GEAR: Phoxle Flash Match filters

Tutorials and ReviewsTutorials and Reviews ModeratorRegistered Users, Retired Mod Posts: 138
edited July 3, 2011 in Book and Gear Reviews
Phoxle Flash-Match Filters

Review by Nikolai, photos by Pederson Quist.

I had a chance to field-test Phoxle’s new product, Flash-Match Filters.

The kit consists of a sturdy plastic holder with a quick release lanyard and a little booklet with 5 self-adhesive gel filters inside. The booklet is held together by a simple rubber band, so it’s very easy to take out only the one or a couple that you need, if, for whatever reason, you don’t want to carry the whole thing.

The filters inside are:
  • Light orange 5,600K - 5,000K
  • Medium orange 5,600K - 4,000K
  • Darker orange 5,600K - 3,100K
  • Light blue 6,500K - 8,000K
  • Darker blue 6,500K - 10,000K

Each filter can be easily peeled off the laminated booklet sheet and attached to a working surface of Canon 580EX or a similar hot-shoe mounted flash. After performing this operation a few dozen times I didn’t notice any residue neither on the sheets, nor on the flash. Each filter has a non-sticky peel handle with the company logo on it and a small print with the color temperature and a little “hint glyph” on the opposite side of the film.

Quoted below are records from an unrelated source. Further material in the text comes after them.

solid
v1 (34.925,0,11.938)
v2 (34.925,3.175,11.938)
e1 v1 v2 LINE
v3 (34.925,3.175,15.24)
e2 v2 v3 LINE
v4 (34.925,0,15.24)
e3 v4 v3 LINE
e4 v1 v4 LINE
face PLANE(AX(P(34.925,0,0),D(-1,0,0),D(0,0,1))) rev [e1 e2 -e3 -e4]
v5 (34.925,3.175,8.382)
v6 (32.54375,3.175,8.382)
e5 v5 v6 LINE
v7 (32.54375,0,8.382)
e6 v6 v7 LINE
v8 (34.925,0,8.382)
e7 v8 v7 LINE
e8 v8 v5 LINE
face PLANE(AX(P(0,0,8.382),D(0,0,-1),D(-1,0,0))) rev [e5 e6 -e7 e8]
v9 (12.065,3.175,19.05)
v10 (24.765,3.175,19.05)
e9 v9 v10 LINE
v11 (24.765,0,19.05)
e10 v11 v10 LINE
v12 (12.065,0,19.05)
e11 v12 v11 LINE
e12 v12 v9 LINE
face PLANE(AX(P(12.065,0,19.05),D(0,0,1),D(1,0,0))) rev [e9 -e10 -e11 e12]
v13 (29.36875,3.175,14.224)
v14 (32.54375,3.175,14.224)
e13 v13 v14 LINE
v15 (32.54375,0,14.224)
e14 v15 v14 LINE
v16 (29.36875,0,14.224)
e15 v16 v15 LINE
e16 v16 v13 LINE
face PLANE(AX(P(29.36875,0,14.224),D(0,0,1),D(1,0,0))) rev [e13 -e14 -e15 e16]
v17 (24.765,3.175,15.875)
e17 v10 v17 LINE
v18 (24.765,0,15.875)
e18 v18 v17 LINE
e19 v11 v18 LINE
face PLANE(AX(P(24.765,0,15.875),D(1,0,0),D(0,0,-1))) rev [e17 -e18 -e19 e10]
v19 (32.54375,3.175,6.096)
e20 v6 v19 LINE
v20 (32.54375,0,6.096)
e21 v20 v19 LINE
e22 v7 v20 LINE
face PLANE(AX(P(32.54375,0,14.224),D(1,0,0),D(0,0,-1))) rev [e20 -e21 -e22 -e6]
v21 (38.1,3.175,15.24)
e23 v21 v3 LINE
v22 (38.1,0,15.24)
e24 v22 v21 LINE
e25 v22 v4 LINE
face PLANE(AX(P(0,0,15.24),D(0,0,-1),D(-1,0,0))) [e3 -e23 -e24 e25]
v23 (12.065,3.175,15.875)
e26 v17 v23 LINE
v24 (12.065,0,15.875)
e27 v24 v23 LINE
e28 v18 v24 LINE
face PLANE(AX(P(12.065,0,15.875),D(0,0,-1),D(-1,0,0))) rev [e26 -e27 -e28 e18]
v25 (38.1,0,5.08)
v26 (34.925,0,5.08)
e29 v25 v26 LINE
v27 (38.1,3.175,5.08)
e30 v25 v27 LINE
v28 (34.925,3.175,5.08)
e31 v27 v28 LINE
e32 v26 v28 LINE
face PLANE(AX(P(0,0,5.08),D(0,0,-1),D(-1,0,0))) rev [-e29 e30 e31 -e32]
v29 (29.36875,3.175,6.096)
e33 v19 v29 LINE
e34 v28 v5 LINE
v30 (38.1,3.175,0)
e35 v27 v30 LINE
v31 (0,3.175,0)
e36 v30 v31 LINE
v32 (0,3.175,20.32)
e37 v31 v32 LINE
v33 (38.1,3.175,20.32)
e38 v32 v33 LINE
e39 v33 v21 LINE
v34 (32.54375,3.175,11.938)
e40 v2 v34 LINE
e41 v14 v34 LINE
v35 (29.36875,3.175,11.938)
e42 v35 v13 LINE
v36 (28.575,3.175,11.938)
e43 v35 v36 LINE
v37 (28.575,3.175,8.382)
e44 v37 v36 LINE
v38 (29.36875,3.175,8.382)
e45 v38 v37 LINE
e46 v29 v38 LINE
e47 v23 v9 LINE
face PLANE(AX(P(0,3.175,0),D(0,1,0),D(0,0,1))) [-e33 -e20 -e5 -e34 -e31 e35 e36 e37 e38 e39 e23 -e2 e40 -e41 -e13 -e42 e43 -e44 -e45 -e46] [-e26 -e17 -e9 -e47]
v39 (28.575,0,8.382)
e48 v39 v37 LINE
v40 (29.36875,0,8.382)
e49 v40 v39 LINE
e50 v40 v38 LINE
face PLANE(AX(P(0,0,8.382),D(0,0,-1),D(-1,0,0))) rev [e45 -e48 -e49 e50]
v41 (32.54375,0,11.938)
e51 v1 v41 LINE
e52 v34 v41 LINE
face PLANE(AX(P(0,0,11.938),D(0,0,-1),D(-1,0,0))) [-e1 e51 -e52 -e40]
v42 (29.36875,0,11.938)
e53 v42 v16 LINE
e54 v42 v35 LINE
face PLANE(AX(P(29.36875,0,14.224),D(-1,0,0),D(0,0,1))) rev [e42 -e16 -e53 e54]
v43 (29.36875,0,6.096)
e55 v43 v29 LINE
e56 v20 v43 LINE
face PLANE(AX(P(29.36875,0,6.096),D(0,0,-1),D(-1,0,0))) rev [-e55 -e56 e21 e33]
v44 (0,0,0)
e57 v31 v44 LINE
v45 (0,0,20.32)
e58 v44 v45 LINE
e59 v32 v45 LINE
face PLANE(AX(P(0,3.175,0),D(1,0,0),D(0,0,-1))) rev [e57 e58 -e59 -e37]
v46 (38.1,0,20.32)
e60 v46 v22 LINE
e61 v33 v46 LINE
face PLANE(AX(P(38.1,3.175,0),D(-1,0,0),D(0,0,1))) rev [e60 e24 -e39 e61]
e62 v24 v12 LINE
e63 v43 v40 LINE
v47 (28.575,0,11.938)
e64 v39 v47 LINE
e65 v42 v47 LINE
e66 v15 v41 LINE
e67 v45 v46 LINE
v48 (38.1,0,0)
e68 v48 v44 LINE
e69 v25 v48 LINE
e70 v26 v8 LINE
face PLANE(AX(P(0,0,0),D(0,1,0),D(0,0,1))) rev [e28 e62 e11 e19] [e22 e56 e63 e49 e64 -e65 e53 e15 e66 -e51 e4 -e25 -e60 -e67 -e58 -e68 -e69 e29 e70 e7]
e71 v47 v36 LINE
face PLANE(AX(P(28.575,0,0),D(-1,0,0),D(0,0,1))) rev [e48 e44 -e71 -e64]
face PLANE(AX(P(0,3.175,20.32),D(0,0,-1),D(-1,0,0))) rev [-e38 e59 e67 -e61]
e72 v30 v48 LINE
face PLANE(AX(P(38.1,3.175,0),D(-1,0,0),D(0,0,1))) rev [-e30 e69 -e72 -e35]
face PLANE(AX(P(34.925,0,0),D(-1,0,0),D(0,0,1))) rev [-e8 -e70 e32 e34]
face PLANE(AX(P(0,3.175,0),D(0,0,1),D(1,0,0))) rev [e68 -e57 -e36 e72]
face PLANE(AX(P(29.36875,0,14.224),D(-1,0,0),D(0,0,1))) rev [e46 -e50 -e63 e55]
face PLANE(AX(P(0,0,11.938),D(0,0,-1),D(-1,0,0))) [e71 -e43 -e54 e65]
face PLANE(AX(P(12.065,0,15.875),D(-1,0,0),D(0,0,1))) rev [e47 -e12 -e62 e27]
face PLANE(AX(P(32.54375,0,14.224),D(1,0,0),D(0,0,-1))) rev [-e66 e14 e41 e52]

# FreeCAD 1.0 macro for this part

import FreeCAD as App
import Part
import Sketcher
from FreeCAD import Vector
Q = App.Units.Quantity


def add_polygon(sketch, points):
    """Adds a closed chain of lines whose ends are joined by coincident constraints."""
    first, n = sketch.GeometryCount, len(points)
    for a, b in zip(points, points[1:] + points[:1]):
        sketch.addGeometry(Part.LineSegment(App.Vector(*a, 0), App.Vector(*b, 0)), False)
    for i in range(n):
        sketch.addConstraint(Sketcher.Constraint("Coincident", first + i, 2, first + (i + 1) % n, 1))

doc = App.newDocument("Part")
body = doc.addObject("PartDesign::Body", "Body")

# Sketch on XZ plane
sketch1 = body.newObject("Sketcher::SketchObject", "Sketch")
sketch1.AttachmentSupport = (doc.getObject("XZ_Plane"), [""])
sketch1.MapMode = "FlatFace"
add_polygon(sketch1, [(0, 0), (0, 20), (38, 20), (38, 0)])  # lines 0-3
sketch1.addConstraint(Sketcher.Constraint("Vertical", 0))
sketch1.addConstraint(Sketcher.Constraint("Horizontal", 1))
sketch1.addConstraint(Sketcher.Constraint("Vertical", 2))
sketch1.addConstraint(Sketcher.Constraint("Horizontal", 3))
sketch1.addConstraint(Sketcher.Constraint("Coincident", 3, 2, -1, 1))
sketch1.addConstraint(Sketcher.Constraint("DistanceX", 1, 1, 1, 2, Q("1.5 in")))
sketch1.addConstraint(Sketcher.Constraint("DistanceY", 0, 1, 0, 2, Q("0.8 in")))
pad1 = body.newObject("PartDesign::Pad", "Pad")
pad1.Profile = sketch1
pad1.Length = Q("0.125 in")
pad1.Reversed = True

# Sketch on XZ plane
sketch2 = body.newObject("Sketcher::SketchObject", "Sketch001")
sketch2.AttachmentSupport = (doc.getObject("XZ_Plane"), [""])
sketch2.MapMode = "FlatFace"
sketch2.AttachmentOffset = App.Placement(Vector(0, 0, -0.125 * 25.4), App.Rotation())
add_polygon(sketch2, [(28.6, 8.4), (28.6, 11.9), (34.9, 11.9), (34.9, 15.2), (38.1, 15.2), (38.1, 5.1), (34.9, 5.1), (34.9, 8.4)])  # lines 0-7
sketch2.addConstraint(Sketcher.Constraint("Vertical", 0))
sketch2.addConstraint(Sketcher.Constraint("Horizontal", 1))
sketch2.addConstraint(Sketcher.Constraint("Vertical", 2))
sketch2.addConstraint(Sketcher.Constraint("Horizontal", 3))
sketch2.addConstraint(Sketcher.Constraint("Vertical", 4))
sketch2.addConstraint(Sketcher.Constraint("Horizontal", 5))
sketch2.addConstraint(Sketcher.Constraint("Vertical", 6))
sketch2.addConstraint(Sketcher.Constraint("Horizontal", 7))
sketch2.addConstraint(Sketcher.Constraint("Vertical", 2, 2, 5, 2))
sketch2.addConstraint(Sketcher.Constraint("Equal", 2, 6))
sketch2.addConstraint(Sketcher.Constraint("DistanceY", 4, 2, 4, 1, Q("0.4 in")))
sketch2.addConstraint(Sketcher.Constraint("DistanceX", 1, 1, 1, 2, Q("0.25 in")))
sketch2.addConstraint(Sketcher.Constraint("DistanceY", 0, 1, 0, 2, Q("0.14 in")))
sketch2.addConstraint(Sketcher.Constraint("DistanceY", -1, 1, 2, 2, Q("0.6 in")))
sketch2.addConstraint(Sketcher.Constraint("DistanceX", -1, 1, 3, 2, Q("1.5 in")))
sketch2.addConstraint(Sketcher.Constraint("DistanceX", 3, 1, 3, 2, Q("0.125 in")))
pocket1 = body.newObject("PartDesign::Pocket", "Pocket")
pocket1.Profile = sketch2
pocket1.Length = Q("0.125 in")
pocket1.Reversed = True

# Sketch on XZ plane
sketch3 = body.newObject("Sketcher::SketchObject", "Sketch002")
sketch3.AttachmentSupport = (doc.getObject("XZ_Plane"), [""])
sketch3.MapMode = "FlatFace"
sketch3.AttachmentOffset = App.Placement(Vector(0, 0, -0.125 * 25.4), App.Rotation())
add_polygon(sketch3, [(29.4, 6.1), (29.4, 14.2), (32.5, 14.2), (32.5, 6.1)])  # lines 0-3
sketch3.addConstraint(Sketcher.Constraint("Vertical", 0))
sketch3.addConstraint(Sketcher.Constraint("Horizontal", 1))
sketch3.addConstraint(Sketcher.Constraint("Vertical", 2))
sketch3.addConstraint(Sketcher.Constraint("Horizontal", 3))
sketch3.addConstraint(Sketcher.Constraint("DistanceY", 0, 1, 0, 2, Q("0.32 in")))
sketch3.addConstraint(Sketcher.Constraint("DistanceX", 1, 1, 1, 2, Q("0.125 in")))
sketch3.addConstraint(Sketcher.Constraint("DistanceY", -1, 1, 0, 2, Q("0.56 in")))
sketch3.addConstraint(Sketcher.Constraint("DistanceX", -1, 1, 0, 2, Q("1.15625 in")))
pocket2 = body.newObject("PartDesign::Pocket", "Pocket001")
pocket2.Profile = sketch3
pocket2.Length = Q("0.125 in")
pocket2.Reversed = True

# Sketch on XZ plane
sketch4 = body.newObject("Sketcher::SketchObject", "Sketch003")
sketch4.AttachmentSupport = (doc.getObject("XZ_Plane"), [""])
sketch4.MapMode = "FlatFace"
sketch4.AttachmentOffset = App.Placement(Vector(0, 0, -0.125 * 25.4), App.Rotation())
add_polygon(sketch4, [(12.1, 15.9), (12.1, 19.1), (24.8, 19.1), (24.8, 15.9)])  # lines 0-3
sketch4.addConstraint(Sketcher.Constraint("Vertical", 0))
sketch4.addConstraint(Sketcher.Constraint("Horizontal", 1))
sketch4.addConstraint(Sketcher.Constraint("Vertical", 2))
sketch4.addConstraint(Sketcher.Constraint("Horizontal", 3))
sketch4.addConstraint(Sketcher.Constraint("DistanceX", 1, 1, 1, 2, Q("0.5 in")))
sketch4.addConstraint(Sketcher.Constraint("DistanceY", 0, 1, 0, 2, Q("0.125 in")))
sketch4.addConstraint(Sketcher.Constraint("DistanceY", -1, 1, 0, 2, Q("0.75 in")))
sketch4.addConstraint(Sketcher.Constraint("DistanceX", -1, 1, 0, 2, Q("0.475 in")))
pocket3 = body.newObject("PartDesign::Pocket", "Pocket002")
pocket3.Profile = sketch4
pocket3.Length = Q("0.125 in")
pocket3.Reversed = True

doc.recompute()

I am not going to cover the theory of the flash color matching here. Suffice to say that the provided selection will cover a vast variety of the fairly typical cases, such as tungsten, fluorescent, shade, direct sun, sunrise/sunset, high altitude, etc. My test shots (direct sunlight, shade, tungsten and fluorescent) proved that for each of these scenarios one of the Phoxle filters gave a nice match to the ambient light as opposed to the open flash. I used all 5 filters plus open flash for each of the four typical lighting scenarios I could easily find at home/on location. I shot RAW in AE mode, thus using my 580EXII in ETTL mode as a fill flash. Later I simply set the White Balance in ACR4 according to the original shooting environment (Daylight, Shade, Tungsten, and Fluorescent). In each case one of the filters gave me nicely balanced picture.

The test results can be seen here.

What I liked: Nice convenient product at an affordable price
Filter size matches 580 working surface height-wise perfectly
Non-residue self-adhesive system is very convenient and easy to use.
Package is very easy to carry, either with the holder or without it (see below).

What I didn’t like: The aforementioned height perfection requires nearly perfect application technique. A smallest tilt (application at an angle) or shift (lower/higher) leaves part of the flash working surface exposed, thus leading to a light spill. Not a show stopper and very easy to fix, but I’d say I would prefer a larger height margin so I wouldn’t have to be accurate to a fraction of a millimeter.
A relatively thick “handle” may prevent (or at least make a bit inconvenient) the usage of many popular snap-on diffusers made of relatively hard plastic, such as Omnibox, etc.

What I would like to ask for:
  • I got a feeling that the plastic holder is responsible for a fair chunk of the price. Considering the fact that the booklet can be easily and safely carried in the internal pocket of the 580 standard issue case or in one of the many pockets of your favorite camera bag, I would prefer not to have the bulky holder and see the price drop of $10..$15
  • Since the length of the filters is wider that 580 anyway, I really don’t see why not increase the height by about 0.7 cm. This would hit two very nice targets at once:
    First, you don’t have to use a micrometer to apply the gel to 580 (all margins will be large enough), and, second, they will completely cover the working surface of such off-camera flashes as Sunpak’s, thus making this filter set much more versatile.
  • I would like to be able to buy extra booklet sheets with additional colors for special effects. I’m not asking for turning this set into a Rosco swatch book, but… yeah, I guess I am. Seriously, a dozen or so of basic colors, like two-three shades of red, green, yellow and purple would make a great Extended edition and would not drill the hole in one’s wallet.